Case in point: our Time Travelers U.S. History Studies.
Here is a quick but thorough breakdown of these comprehensive studies, including what comes in each, what eras they cover, the time to complete each one, and the best suitable age range to use them with.
What the series covers
The Time Travelers U.S. History Studies progress back to back through American history from the earliest explorers like Leif Erikson and Brendan the Navigator all the way through the mid 20th century and the aftermath of the Second World War.
The seven-part series consists of the following studies in chronological order:
- New World Explorers: this study covers the explorers, their motivations, lifestyle, ships, and even has a run-in with Pirates! You can read more about it here.

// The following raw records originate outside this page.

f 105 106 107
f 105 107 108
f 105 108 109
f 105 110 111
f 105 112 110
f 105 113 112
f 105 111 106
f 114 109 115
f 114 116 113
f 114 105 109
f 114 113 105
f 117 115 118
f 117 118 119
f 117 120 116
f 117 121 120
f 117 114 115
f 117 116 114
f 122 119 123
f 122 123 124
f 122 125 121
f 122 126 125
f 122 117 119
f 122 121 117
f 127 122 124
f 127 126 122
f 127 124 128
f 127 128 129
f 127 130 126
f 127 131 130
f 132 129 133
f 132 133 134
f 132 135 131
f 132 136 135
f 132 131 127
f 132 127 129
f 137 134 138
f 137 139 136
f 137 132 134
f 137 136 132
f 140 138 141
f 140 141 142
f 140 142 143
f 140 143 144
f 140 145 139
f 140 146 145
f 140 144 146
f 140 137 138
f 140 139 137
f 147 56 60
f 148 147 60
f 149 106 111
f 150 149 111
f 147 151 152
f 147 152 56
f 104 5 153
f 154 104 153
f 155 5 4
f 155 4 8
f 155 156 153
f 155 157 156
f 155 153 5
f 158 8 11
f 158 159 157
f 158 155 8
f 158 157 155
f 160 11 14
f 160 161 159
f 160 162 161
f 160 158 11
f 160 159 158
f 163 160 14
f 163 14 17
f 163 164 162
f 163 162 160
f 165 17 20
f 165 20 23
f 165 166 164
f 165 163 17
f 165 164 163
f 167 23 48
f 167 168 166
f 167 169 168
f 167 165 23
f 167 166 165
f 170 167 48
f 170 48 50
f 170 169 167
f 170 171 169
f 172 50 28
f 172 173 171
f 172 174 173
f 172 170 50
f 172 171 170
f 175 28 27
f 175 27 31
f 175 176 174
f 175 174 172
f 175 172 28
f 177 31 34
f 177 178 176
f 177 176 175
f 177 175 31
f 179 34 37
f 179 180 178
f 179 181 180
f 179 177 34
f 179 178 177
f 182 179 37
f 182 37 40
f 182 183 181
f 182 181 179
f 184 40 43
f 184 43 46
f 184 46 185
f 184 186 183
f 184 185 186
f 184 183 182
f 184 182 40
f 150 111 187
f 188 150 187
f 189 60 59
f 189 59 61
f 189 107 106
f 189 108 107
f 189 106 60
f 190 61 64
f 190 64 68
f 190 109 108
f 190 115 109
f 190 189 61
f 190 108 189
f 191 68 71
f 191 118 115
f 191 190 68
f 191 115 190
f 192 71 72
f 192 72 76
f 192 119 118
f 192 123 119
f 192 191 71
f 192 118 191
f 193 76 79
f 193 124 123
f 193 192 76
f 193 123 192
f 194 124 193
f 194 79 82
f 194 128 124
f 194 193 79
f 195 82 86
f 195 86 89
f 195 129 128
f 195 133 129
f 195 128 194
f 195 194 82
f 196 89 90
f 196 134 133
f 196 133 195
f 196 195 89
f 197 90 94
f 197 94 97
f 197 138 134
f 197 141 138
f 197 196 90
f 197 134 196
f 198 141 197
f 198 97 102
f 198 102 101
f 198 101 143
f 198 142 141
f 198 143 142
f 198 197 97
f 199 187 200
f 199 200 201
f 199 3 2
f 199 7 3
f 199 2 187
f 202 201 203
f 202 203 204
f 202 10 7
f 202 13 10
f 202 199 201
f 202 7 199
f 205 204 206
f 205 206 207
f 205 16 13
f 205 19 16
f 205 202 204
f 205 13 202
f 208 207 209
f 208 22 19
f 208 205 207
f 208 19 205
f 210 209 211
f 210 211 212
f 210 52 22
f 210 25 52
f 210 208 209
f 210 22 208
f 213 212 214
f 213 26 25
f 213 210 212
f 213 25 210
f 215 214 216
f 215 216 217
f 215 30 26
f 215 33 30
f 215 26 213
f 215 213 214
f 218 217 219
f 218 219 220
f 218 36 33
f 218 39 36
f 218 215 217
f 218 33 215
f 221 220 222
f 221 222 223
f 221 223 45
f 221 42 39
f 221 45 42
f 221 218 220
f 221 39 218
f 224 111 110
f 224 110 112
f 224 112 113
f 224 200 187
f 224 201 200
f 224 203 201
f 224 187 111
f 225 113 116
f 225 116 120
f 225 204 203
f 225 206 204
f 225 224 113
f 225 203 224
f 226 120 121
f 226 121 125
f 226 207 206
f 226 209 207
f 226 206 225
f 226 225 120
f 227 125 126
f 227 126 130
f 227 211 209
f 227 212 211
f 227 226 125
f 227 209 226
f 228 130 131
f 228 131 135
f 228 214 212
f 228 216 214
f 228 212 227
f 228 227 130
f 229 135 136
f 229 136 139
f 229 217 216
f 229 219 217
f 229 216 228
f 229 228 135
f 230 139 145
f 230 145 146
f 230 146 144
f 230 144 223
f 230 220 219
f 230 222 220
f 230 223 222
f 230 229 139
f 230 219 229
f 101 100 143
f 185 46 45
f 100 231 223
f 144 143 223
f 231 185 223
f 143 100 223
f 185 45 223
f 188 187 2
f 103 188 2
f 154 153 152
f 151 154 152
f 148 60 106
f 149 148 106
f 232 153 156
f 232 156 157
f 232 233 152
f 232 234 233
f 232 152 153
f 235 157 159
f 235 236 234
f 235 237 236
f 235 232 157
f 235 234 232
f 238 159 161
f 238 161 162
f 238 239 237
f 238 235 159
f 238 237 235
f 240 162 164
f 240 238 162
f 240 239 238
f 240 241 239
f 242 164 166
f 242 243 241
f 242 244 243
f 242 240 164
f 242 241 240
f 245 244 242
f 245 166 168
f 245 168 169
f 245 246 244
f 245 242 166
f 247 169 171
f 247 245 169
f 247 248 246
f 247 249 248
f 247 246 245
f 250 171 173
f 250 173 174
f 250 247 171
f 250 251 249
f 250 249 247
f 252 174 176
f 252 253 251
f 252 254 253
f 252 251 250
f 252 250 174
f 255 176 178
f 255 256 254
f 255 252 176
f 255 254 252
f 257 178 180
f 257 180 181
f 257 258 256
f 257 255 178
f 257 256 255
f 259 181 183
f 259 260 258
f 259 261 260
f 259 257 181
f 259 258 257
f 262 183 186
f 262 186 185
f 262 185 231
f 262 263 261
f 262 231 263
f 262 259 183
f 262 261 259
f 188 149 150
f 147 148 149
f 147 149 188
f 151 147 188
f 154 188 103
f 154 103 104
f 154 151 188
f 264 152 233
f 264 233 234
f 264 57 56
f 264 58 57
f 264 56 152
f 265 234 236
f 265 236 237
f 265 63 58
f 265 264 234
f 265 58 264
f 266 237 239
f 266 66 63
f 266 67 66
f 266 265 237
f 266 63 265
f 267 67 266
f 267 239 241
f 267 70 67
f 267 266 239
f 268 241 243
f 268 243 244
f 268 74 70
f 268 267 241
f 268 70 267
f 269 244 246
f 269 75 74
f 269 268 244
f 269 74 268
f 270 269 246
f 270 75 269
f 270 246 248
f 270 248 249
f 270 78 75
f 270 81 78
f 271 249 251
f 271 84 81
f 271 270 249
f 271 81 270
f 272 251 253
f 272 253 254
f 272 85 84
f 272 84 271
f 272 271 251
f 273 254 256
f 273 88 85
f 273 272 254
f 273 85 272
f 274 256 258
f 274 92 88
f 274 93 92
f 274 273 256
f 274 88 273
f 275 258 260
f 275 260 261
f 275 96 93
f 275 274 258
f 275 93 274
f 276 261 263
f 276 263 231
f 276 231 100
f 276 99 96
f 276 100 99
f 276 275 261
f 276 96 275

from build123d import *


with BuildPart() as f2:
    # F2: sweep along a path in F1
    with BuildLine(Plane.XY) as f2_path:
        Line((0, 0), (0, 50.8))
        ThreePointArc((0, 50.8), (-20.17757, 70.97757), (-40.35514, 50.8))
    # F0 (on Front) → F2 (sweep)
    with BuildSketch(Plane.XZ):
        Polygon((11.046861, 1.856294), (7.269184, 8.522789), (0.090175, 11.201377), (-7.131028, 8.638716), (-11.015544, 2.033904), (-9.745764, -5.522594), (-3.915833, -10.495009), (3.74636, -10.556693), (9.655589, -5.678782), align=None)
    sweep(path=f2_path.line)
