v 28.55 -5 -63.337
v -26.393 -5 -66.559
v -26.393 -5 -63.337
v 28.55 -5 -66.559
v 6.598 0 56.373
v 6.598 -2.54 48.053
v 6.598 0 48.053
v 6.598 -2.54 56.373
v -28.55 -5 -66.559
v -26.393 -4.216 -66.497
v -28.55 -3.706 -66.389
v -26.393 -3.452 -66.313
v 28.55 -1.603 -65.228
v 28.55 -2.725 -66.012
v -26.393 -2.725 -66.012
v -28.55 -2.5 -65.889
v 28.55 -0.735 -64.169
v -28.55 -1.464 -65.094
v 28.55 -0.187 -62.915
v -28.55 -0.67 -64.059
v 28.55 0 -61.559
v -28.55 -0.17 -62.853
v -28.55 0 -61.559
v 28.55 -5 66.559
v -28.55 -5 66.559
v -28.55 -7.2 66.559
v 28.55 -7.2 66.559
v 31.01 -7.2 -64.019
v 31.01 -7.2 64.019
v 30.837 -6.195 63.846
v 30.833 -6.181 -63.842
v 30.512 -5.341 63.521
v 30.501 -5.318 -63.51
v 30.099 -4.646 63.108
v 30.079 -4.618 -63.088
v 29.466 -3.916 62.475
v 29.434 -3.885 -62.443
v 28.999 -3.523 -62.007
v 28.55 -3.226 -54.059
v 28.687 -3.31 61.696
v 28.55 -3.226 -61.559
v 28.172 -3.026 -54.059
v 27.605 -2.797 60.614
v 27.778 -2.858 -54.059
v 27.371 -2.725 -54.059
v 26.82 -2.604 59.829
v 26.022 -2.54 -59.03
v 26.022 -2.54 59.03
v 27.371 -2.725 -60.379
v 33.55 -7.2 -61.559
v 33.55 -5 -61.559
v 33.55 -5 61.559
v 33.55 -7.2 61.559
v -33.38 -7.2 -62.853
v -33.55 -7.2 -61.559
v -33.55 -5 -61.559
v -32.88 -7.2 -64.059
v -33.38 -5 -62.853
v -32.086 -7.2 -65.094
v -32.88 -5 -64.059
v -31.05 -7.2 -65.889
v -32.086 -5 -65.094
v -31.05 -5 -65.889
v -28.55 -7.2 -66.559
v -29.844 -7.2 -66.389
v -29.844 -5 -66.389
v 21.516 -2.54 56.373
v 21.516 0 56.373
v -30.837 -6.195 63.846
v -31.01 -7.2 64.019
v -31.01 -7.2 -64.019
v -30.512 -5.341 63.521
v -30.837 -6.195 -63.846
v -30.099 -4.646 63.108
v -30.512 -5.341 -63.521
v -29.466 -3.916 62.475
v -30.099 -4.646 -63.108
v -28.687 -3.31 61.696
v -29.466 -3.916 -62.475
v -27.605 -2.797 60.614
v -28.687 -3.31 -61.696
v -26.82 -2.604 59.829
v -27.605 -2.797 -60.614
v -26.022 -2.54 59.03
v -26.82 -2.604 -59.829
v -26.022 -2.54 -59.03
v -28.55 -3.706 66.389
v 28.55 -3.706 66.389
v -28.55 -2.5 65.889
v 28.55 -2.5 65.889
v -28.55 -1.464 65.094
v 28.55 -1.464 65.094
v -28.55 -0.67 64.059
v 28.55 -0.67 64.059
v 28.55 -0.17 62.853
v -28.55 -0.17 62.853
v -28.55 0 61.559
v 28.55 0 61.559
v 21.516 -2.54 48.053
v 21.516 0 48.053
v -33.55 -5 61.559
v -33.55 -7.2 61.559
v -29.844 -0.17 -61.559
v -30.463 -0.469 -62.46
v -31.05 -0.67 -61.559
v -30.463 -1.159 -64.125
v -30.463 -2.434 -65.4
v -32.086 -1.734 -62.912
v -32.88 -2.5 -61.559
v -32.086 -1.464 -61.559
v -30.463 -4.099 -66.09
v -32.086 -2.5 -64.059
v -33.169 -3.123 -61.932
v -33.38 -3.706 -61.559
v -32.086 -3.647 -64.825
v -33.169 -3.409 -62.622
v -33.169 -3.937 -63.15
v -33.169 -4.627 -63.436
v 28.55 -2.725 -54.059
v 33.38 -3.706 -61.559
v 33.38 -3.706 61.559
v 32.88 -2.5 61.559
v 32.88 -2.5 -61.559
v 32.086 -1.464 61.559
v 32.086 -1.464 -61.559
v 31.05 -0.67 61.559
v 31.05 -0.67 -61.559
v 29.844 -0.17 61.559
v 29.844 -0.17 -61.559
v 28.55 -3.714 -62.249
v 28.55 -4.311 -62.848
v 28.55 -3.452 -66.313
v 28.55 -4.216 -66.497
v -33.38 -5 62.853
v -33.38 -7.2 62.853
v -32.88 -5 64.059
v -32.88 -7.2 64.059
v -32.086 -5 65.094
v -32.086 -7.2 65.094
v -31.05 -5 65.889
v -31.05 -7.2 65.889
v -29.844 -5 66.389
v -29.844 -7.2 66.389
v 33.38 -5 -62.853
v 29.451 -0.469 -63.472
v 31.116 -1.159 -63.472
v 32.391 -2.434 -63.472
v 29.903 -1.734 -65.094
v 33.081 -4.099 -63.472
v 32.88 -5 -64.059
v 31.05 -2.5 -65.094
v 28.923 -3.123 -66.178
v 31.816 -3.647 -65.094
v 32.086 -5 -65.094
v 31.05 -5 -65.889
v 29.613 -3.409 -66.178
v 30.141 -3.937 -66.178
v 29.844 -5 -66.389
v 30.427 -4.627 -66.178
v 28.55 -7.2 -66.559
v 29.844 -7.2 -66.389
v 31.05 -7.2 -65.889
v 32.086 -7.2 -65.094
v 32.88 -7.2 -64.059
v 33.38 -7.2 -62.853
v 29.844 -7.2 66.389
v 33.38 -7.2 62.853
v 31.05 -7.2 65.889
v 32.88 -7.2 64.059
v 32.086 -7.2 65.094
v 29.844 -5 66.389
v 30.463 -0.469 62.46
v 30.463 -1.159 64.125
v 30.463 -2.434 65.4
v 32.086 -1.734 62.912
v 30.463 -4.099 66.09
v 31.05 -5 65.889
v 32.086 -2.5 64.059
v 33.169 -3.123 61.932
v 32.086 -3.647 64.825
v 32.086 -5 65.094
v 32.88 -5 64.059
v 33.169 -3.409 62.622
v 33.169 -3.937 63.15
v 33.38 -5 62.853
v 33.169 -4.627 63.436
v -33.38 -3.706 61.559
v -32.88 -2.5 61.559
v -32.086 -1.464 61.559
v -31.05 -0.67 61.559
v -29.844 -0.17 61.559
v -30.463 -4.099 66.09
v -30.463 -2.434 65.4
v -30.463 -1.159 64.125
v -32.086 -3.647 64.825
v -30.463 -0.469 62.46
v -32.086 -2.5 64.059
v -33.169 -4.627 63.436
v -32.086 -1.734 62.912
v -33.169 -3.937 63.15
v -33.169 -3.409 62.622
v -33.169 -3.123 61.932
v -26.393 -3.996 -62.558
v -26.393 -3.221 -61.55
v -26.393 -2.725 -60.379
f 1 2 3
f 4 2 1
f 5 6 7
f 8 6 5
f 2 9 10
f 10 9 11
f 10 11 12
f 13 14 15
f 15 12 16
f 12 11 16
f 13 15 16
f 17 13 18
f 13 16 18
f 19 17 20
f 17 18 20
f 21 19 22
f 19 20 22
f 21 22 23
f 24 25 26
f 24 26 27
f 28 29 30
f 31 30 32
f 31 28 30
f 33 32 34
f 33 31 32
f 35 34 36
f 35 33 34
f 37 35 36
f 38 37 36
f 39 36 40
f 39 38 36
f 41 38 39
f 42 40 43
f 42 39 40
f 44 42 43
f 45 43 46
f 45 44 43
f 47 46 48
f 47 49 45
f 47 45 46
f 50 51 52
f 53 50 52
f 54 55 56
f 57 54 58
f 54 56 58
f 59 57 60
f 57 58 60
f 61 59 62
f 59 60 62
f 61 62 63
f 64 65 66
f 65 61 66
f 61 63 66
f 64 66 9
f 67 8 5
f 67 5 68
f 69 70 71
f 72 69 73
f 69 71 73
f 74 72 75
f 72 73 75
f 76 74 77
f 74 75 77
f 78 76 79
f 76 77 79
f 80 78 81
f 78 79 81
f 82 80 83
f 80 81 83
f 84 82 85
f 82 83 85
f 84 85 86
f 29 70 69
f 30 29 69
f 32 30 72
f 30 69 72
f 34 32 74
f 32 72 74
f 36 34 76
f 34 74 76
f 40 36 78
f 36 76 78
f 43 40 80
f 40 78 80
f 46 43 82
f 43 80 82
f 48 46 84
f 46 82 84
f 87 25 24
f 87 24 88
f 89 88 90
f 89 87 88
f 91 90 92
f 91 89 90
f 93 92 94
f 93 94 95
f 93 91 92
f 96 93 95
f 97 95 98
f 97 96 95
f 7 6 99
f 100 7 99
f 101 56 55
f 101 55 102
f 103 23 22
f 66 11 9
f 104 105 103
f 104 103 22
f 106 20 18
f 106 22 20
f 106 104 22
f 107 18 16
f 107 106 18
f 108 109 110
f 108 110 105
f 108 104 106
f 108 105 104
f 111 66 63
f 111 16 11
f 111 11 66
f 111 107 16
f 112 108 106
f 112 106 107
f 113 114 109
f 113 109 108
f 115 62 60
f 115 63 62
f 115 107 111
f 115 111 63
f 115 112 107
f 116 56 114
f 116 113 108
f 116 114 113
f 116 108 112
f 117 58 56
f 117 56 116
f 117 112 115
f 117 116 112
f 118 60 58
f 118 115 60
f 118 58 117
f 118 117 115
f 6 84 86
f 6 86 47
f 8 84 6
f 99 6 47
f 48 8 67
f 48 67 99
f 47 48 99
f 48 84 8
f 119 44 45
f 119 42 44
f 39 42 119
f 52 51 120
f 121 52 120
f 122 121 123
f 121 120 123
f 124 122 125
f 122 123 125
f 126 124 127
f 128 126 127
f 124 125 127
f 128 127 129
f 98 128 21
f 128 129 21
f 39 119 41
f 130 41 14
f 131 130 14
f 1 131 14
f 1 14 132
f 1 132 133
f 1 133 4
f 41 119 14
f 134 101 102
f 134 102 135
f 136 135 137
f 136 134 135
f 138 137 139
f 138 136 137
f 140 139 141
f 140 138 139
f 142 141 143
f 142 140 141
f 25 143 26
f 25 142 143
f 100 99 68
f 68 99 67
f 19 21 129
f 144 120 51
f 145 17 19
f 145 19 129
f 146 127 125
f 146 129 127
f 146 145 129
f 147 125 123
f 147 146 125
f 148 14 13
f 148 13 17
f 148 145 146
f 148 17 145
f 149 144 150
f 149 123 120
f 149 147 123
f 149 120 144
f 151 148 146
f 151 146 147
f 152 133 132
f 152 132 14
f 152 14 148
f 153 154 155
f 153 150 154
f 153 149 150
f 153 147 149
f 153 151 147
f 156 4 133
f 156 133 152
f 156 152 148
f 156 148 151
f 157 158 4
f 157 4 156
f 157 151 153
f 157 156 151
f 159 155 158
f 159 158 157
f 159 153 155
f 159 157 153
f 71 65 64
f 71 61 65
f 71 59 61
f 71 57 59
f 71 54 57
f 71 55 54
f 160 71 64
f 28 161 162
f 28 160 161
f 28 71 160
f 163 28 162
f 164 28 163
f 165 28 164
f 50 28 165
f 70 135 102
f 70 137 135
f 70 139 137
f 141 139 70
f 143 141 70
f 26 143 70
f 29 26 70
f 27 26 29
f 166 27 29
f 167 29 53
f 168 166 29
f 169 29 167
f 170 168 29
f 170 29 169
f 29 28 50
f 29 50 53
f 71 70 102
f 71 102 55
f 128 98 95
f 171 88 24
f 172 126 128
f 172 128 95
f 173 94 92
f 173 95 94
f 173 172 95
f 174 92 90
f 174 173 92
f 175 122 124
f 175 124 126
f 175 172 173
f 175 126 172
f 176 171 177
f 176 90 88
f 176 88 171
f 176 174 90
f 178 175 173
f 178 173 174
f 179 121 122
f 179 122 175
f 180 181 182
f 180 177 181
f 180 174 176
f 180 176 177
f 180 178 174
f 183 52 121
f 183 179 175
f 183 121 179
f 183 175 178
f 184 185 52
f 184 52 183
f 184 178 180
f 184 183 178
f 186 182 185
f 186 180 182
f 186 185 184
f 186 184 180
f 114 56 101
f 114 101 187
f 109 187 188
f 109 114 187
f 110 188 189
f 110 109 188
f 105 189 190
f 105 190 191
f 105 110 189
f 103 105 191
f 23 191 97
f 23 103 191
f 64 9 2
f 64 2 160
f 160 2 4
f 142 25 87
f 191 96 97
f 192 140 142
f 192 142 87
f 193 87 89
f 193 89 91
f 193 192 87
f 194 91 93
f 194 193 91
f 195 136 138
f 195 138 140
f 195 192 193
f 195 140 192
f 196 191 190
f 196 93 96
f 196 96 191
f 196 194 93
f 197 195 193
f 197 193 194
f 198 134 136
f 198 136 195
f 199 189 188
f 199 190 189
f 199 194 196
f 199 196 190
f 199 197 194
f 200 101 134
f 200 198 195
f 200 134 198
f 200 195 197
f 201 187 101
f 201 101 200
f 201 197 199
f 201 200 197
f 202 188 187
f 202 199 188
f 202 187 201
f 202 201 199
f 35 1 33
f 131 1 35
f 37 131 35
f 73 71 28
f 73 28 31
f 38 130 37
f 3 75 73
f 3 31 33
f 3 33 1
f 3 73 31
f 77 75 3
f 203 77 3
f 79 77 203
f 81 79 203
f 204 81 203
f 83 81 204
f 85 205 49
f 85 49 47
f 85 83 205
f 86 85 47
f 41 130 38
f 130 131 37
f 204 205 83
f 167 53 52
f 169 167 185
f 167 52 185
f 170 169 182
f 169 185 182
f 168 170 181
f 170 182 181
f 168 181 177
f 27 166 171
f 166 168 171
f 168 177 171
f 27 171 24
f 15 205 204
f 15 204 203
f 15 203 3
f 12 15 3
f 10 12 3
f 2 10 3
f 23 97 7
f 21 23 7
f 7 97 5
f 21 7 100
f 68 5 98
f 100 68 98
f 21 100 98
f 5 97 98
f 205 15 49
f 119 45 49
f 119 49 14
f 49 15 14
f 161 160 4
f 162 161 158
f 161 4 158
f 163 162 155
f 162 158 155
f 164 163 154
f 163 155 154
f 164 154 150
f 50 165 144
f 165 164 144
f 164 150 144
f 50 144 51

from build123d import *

# Parameters (mm, degrees)
F0_W         = 67.1
F0_H         = 133.1177479803
F1_DEPTH     = 7.2
F2_T         = -2.54
F3_T1_DEPTH  = 123.1177479803
F3_T3_DEPTH  = 57.1
F3_T5_DEPTH  = 14.7
F3_S9_W      = 5.1
F3_S9_H      = 5.1
F3_T10_DEPTH = 5.1
F3_S15_W     = 5.1
F3_S15_H     = 5.1
F3_T16_DEPTH = 5.1
F3_S21_W     = 5.1
F3_S21_H     = 5.1
F3_T22_DEPTH = 5.1
F3_S27_W     = 5.1
F3_S27_H     = 5.1
F3_T28_DEPTH = 5.1
F3_T31_DEPTH = 128.0377479803
F3_T33_DEPTH = 62.02
F3_T39_DEPTH = 140.5088144944
F3_T43_DEPTH = 74.4910665141
F3_T50_DEPTH = 140.5088144944
F3_T54_DEPTH = 74.4910665141
F3_T61_DEPTH = 74.4910665141
F3_T65_DEPTH = 140.5088144944
F3_T72_DEPTH = 74.4910665141
F3_T76_DEPTH = 140.5088144944
F4_W         = 14.9180325679
F4_H         = 8.3196759224
F5_DEPTH     = 12.5
F6_W         = 54.943443346
F6_H         = 2.2745899577
F7_DEPTH     = 12.5


# Not quite as in the source:
# - a fillet or chamfer that OpenCascade refuses, or shapes differently, is made with other operations: its cross-section is extruded or revolved along the edge and cut away or added


with BuildPart() as f1:
    # F0 (on Front) → F1 (new body)
    with BuildSketch(Plane.XZ):
        Rectangle(F0_W, F0_H)
    extrude(amount=F1_DEPTH)

    # F2
    f2_openings = [f1.faces().sort_by_distance(p)[0] for p in [
        (0, -7.2, 0),
    ]]
    offset(amount=F2_T, openings=f2_openings)

    # F3: fillet of radius 5 on 12 edges, made by hand

    # F3_s2 → F3_t1 (cut)
    with BuildSketch(Plane.XY.offset(-61.5588739901)):
        with BuildLine():
            ThreePointArc((-33.55, -5), (-32.0855339059, -1.4644660941), (-28.55, 0))
            Line((-28.55, 0), (-28.55, 0.1))
            Line((-28.55, 0.1), (-33.65, 0.1))
            Line((-33.65, 0.1), (-33.65, -5))
            Line((-33.65, -5), (-33.55, -5))
        make_face()
        with BuildLine():
            ThreePointArc((33.55, -5), (32.0855339059, -1.4644660941), (28.55, 0))
            Line((28.55, 0), (28.55, 0.1))
            Line((28.55, 0.1), (33.65, 0.1))
            Line((33.65, 0.1), (33.65, -5))
            Line((33.65, -5), (33.55, -5))
        make_face()
    extrude(amount=F3_T1_DEPTH, mode=Mode.SUBTRACT)

    # F3_s4 → F3_t3 (cut)
    with BuildSketch(Plane.YZ.offset(-28.55)):
        with BuildLine():
            ThreePointArc((-5, -66.5588739901), (-1.4644660941, -65.0944078961), (0, -61.5588739901))
            Line((0, -61.5588739901), (0.1, -61.5588739901))
            Line((0.1, -61.5588739901), (0.1, -66.6588739901))
            Line((0.1, -66.6588739901), (-5, -66.6588739901))
            Line((-5, -66.6588739901), (-5, -66.5588739901))
        make_face()
        with BuildLine():
            ThreePointArc((-5, 66.5588739901), (-1.4644660941, 65.0944078961), (0, 61.5588739901))
            Line((0, 61.5588739901), (0.1, 61.5588739901))
            Line((0.1, 61.5588739901), (0.1, 66.6588739901))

- Colonial Life: this study follows the early days of the first European colonists as they settled the land and founded the colonies that would one day make up the early United States. You can read more about it here.
- The American Revolution: this study traces the events that led to the Declaration of Independence, the Constitution, the Revolutionary War, and the establishment of the United States of America. You can read more about it here.
- The Early 19th Century: this study begins with the presidency of George Washington and progresses through the first sixty years of the fledgling United States. You can read more about it here.
- The Civil War: this study begins in 1850 and traces the antebellum years up through the America Civil War itself and on through the Reconstruction. You can read more about it here.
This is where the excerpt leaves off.